I'll be riding down from Trinity/Newhaven (leaving 0930-ish) so will pass Fisherrow at about 1000-1015, if anyone wants to meet there. I'll be going at my kind of pace , not HLaB's 


* if anyone is driving from further afield and wants to ride to Longniddry with me, you are welcome to park your car outside the Scoosh residence. PM me if interested.


----------



## scook94 (14 Oct 2009)

Looks like I'll be along on Saturday too, Eldudino has graciously offered to push our wee ride to the Sunday!

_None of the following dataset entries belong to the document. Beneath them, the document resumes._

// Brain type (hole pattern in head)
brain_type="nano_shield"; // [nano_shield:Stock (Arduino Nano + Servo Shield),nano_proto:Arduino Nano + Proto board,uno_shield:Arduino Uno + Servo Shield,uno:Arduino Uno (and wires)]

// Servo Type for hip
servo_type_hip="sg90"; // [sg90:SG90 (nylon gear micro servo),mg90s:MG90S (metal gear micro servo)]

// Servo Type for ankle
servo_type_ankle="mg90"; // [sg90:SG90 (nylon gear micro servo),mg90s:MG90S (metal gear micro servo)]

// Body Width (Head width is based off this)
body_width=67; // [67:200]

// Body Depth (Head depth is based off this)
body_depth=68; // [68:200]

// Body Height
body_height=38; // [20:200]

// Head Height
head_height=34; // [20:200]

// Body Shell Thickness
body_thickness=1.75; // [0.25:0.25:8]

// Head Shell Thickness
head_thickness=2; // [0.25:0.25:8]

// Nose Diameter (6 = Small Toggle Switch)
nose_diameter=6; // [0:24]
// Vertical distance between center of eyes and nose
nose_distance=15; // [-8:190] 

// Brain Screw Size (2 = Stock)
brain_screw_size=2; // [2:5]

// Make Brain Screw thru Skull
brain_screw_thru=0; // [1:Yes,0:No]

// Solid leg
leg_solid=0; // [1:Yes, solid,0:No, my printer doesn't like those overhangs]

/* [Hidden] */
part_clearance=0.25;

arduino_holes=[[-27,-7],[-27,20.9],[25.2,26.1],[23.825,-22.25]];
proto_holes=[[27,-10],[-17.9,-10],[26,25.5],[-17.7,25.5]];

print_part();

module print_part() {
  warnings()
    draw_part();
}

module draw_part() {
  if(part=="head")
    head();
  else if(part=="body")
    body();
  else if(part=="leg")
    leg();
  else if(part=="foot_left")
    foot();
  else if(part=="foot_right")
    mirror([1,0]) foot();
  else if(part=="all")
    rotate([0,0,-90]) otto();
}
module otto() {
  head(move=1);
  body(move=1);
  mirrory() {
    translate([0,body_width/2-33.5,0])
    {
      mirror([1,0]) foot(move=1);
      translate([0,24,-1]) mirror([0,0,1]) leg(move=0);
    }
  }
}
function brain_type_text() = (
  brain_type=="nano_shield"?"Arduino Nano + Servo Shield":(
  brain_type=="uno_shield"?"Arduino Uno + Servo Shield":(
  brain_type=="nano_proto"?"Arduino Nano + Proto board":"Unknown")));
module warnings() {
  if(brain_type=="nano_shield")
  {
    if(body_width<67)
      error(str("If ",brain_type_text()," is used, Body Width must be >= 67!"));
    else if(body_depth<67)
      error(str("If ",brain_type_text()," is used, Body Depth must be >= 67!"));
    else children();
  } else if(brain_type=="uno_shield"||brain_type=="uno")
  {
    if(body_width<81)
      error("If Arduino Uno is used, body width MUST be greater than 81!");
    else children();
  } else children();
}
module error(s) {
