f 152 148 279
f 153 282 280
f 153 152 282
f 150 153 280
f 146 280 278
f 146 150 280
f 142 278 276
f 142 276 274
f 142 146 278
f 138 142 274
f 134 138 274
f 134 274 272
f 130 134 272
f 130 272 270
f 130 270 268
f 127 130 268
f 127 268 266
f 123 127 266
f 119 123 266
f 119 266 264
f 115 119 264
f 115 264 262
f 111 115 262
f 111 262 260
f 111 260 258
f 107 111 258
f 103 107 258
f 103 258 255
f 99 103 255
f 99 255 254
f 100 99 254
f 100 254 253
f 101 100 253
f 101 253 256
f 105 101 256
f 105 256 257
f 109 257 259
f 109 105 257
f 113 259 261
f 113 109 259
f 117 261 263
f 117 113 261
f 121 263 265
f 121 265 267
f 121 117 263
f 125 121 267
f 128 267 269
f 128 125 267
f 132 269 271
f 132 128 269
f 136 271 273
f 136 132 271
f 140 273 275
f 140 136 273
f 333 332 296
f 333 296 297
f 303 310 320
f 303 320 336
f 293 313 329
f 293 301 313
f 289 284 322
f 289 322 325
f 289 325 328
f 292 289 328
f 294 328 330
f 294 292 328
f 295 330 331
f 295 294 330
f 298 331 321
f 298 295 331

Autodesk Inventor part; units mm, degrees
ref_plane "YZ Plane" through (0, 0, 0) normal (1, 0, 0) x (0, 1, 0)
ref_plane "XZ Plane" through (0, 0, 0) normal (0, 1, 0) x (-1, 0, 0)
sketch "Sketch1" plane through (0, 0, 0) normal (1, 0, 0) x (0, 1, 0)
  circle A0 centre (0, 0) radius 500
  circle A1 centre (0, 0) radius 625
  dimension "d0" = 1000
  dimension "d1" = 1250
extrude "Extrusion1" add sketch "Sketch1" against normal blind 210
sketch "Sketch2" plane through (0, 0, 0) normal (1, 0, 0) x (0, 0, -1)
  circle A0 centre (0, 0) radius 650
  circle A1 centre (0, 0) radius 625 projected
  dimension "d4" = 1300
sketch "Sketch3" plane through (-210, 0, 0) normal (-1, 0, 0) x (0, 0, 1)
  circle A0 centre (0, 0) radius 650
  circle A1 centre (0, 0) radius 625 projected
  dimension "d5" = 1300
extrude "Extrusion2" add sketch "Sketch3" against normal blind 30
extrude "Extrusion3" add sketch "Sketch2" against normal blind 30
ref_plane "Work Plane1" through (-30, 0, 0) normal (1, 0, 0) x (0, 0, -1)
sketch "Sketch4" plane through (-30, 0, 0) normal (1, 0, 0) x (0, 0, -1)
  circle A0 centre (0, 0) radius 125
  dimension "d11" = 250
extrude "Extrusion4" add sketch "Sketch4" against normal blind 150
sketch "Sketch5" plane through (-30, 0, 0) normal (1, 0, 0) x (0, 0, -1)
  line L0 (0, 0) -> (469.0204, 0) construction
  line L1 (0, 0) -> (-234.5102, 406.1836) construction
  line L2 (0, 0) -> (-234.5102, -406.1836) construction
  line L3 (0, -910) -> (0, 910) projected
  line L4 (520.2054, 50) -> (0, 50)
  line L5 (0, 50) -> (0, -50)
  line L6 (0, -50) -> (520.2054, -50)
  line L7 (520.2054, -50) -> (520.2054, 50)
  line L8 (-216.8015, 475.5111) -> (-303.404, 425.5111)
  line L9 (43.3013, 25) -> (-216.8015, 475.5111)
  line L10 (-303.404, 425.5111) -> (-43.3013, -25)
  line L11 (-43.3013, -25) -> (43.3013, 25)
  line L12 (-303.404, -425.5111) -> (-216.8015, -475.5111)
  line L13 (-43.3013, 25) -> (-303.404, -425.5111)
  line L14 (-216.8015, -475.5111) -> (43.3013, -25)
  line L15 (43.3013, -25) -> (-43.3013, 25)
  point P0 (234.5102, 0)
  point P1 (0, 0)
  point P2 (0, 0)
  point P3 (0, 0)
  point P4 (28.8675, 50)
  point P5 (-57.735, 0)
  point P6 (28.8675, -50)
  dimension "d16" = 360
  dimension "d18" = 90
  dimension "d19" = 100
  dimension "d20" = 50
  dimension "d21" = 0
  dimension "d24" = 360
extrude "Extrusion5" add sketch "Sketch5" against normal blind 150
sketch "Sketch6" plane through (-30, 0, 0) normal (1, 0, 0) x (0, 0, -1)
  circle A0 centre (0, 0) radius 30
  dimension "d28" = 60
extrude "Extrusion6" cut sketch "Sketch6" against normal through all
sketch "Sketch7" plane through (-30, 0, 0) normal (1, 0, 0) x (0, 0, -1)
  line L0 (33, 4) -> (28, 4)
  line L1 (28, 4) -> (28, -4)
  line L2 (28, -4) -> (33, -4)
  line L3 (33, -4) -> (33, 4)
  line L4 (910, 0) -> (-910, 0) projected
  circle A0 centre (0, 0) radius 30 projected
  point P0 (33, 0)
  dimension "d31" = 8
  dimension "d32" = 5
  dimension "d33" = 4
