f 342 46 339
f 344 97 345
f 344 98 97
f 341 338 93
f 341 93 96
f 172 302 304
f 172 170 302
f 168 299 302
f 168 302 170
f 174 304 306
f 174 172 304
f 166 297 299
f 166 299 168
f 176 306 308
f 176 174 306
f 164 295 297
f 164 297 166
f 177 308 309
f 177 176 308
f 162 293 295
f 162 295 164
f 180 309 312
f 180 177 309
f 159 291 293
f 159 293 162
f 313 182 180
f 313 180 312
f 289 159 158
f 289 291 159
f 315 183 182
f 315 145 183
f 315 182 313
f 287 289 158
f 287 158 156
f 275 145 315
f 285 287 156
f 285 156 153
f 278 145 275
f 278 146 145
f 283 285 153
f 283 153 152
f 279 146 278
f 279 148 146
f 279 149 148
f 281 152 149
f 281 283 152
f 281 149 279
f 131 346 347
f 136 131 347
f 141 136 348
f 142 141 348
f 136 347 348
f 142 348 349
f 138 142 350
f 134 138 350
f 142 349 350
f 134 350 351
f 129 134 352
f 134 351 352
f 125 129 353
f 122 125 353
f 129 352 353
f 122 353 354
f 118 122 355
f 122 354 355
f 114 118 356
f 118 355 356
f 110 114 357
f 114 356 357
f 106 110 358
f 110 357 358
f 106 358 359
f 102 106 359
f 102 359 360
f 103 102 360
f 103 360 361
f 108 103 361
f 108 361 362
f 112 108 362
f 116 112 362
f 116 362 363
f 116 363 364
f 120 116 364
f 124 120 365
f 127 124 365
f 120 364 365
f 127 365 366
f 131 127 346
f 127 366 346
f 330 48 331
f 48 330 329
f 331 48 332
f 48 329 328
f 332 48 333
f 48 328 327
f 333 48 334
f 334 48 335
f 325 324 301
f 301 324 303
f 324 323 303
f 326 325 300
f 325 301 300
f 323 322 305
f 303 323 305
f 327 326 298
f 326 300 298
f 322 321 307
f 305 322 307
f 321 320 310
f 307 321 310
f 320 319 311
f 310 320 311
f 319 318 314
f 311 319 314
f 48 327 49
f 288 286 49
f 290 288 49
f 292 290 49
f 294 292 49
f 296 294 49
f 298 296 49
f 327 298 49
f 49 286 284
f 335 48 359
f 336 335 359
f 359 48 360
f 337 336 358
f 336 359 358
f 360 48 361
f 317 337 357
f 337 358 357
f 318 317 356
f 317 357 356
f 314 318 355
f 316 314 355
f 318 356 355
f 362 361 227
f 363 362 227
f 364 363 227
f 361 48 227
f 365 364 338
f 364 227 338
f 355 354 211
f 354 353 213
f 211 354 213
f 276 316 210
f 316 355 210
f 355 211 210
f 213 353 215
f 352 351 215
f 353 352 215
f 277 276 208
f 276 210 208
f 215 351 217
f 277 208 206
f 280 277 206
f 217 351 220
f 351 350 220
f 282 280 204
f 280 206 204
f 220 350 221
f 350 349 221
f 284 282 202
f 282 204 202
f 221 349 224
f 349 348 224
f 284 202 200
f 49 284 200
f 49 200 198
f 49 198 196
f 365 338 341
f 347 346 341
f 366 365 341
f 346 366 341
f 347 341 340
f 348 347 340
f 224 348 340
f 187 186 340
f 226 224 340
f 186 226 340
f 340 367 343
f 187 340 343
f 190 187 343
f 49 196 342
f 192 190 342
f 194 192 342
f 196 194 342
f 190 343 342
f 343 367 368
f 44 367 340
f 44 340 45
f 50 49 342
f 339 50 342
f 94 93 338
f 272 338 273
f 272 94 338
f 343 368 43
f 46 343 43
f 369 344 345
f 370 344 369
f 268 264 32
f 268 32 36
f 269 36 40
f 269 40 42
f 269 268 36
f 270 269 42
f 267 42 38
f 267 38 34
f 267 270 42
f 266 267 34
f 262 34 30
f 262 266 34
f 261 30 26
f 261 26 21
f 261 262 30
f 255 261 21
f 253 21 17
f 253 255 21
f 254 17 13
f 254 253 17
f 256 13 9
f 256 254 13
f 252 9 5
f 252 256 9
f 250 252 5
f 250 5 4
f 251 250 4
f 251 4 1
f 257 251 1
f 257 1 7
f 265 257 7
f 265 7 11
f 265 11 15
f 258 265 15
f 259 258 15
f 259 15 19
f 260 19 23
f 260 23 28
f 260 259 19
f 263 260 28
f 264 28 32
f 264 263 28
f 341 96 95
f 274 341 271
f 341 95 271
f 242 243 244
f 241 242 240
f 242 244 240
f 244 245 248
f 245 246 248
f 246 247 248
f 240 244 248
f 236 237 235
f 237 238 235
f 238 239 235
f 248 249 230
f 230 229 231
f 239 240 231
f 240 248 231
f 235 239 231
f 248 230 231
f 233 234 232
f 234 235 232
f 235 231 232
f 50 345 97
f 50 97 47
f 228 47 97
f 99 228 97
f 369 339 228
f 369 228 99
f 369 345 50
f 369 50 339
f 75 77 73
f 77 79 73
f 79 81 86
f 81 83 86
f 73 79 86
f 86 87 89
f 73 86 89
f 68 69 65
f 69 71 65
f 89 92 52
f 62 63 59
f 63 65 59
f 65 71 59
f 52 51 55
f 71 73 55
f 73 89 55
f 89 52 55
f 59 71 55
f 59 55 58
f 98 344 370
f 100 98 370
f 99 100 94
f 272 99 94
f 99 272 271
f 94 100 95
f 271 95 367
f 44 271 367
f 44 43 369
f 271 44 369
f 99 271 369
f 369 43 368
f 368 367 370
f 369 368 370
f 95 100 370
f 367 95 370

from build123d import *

Scoosh, any chance I can dump my car in your street again and ride out with you? (provided you promise to go at "my" speed)


----------



## JiMBR (14 Oct 2009)

Damn it...if only I lived in Edinburgh (or surrounding area).


----------



## HJ (14 Oct 2009)

JiMBR said:


> Damn it...if only I lived in Edinburgh (or surrounding area).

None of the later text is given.